**Brief**
Send back exactly the lines from the opening line of the records below through the one with "Rebuilt in FreeCAD, every".

**Dataset records**
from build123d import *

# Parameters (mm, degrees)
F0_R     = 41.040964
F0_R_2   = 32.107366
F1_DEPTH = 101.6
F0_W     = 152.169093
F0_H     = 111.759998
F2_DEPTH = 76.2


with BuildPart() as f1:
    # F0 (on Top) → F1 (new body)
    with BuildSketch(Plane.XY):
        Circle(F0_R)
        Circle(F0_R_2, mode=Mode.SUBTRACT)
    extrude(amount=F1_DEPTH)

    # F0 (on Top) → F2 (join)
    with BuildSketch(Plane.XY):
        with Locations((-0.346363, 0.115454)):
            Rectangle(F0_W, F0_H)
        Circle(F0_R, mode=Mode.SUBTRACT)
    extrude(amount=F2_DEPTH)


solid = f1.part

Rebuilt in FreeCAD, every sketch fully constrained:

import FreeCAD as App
import Part
import Sketcher
Q = App.Units.Quantity

doc = App.newDocument("Part")
params = doc.addObject("Spreadsheet::Sheet", "Params")
for row, (alias, value) in enumerate([
    ("pad1_length", "4 in"),
    ("sketch2_height", "4.3999999 in"),
    ("pad2_length", "3 in"),
], start=1):
    params.set(f"A{row}", alias)
    params.set(f"B{row}", "=" + value)
    params.setAlias(f"B{row}", alias)

body = doc.addObject("PartDesign::Body", "Body")

# Sketch on XY plane
sketch1 = body.newObject("Sketcher::SketchObject", "Sketch")
sketch1.AttachmentSupport = (doc.getObject("XY_Plane"), [""])
sketch1.MapMode = "FlatFace"
sketch1.addGeometry(Part.Circle(App.Vector(0, 0, 0), App.Vector(0, 0, 1), 41.040964), False)
sketch1.addGeometry(Part.Circle(App.Vector(0, 0, 0), App.Vector(0, 0, 1), 32.107366), False)
sketch1.addConstraint(Sketcher.Constraint("Coincident", 0, 3, -1, 1))
sketch1.addConstraint(Sketcher.Constraint("Coincident", 1, 3, -1, 1))
sketch1.addConstraint(Sketcher.Constraint("Diameter", 0, 82.081928))
sketch1.addConstraint(Sketcher.Constraint("Diameter", 1, 64.214732))
pad1 = body.newObject("PartDesign::Pad", "Pad")
pad1.Profile = sketch1
pad1.setExpression("Length", "Params.pad1_length")

# Sketch on XY plane
sketch2 = body.newObject("Sketcher::SketchObject", "Sketch001")
sketch2.AttachmentSupport = (doc.getObject("XY_Plane"), [""])
sketch2.MapMode = "FlatFace"
sketch2.addGeometry(Part.LineSegment(App.Vector(-76.430909, 55.995453, 0), App.Vector(-76.430909, -55.764545, 0)), False)
sketch2.addGeometry(Part.LineSegment(App.Vector(-76.430909, -55.764545, 0), App.Vector(75.738184, -55.764545, 0)), False)
sketch2.addGeometry(Part.LineSegment(App.Vector(75.738184, -55.764545, 0), App.Vector(75.738184, 55.995453, 0)), False)
sketch2.addGeometry(Part.LineSegment(App.Vector(75.738184, 55.995453, 0), App.Vector(-76.430909, 55.995453, 0)), False)
sketch2.addGeometry(Part.Circle(App.Vector(0, 0, 0), App.Vector(0, 0, 1), 41.040964), False)
sketch2.addConstraint(Sketcher.Constraint("Coincident", 0, 2, 1, 1))
sketch2.addConstraint(Sketcher.Constraint("Coincident", 1, 2, 2, 1))
sketch2.addConstraint(Sketcher.Constraint("Coincident", 2, 2, 3, 1))
sketch2.addConstraint(Sketcher.Constraint("Coincident", 3, 2, 0, 1))
sketch2.addConstraint(Sketcher.Constraint("Vertical", 0))
sketch2.addConstraint(Sketcher.Constraint("Horizontal", 1))
sketch2.addConstraint(Sketcher.Constraint("Vertical", 2))
sketch2.addConstraint(Sketcher.Constraint("Horizontal", 3))
sketch2.addConstraint(Sketcher.Constraint("Coincident", 4, 3, -1, 1))
sketch2.addConstraint(Sketcher.Constraint("DistanceY", 0, 2, 0, 1, Q("4.3999999 in")))
sketch2.addConstraint(Sketcher.Constraint("Diameter", 4, 82.081928))
sketch2.addConstraint(Sketcher.Constraint("DistanceX", 1, 1, 1, 2, 152.169093))
sketch2.addConstraint(Sketcher.Constraint("DistanceX", 0, 2, -1, 1, 76.430909))
sketch2.addConstraint(Sketcher.Constraint("DistanceY", 0, 2, -1, 1, 55.764545))
sketch2.setExpression("Constraints[9]", "Params.sketch2_height")
pad2 = body.newObject("PartDesign::Pad", "Pad001")
pad2.Profile = sketch2
pad2.setExpression("Length", "Params.pad2_length")

doc.recompute()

**Exercise result**
from build123d import *

# Parameters (mm, degrees)
F0_R     = 41.040964
F0_R_2   = 32.107366
F1_DEPTH = 101.6
F0_W     = 152.169093
F0_H     = 111.759998
F2_DEPTH = 76.2


with BuildPart() as f1:
    # F0 (on Top) → F1 (new body)
    with BuildSketch(Plane.XY):
        Circle(F0_R)
        Circle(F0_R_2, mode=Mode.SUBTRACT)
    extrude(amount=F1_DEPTH)

    # F0 (on Top) → F2 (join)
    with BuildSketch(Plane.XY):
        with Locations((-0.346363, 0.115454)):
            Rectangle(F0_W, F0_H)
        Circle(F0_R, mode=Mode.SUBTRACT)
    extrude(amount=F2_DEPTH)


solid = f1.part

Rebuilt in FreeCAD, every sketch fully constrained:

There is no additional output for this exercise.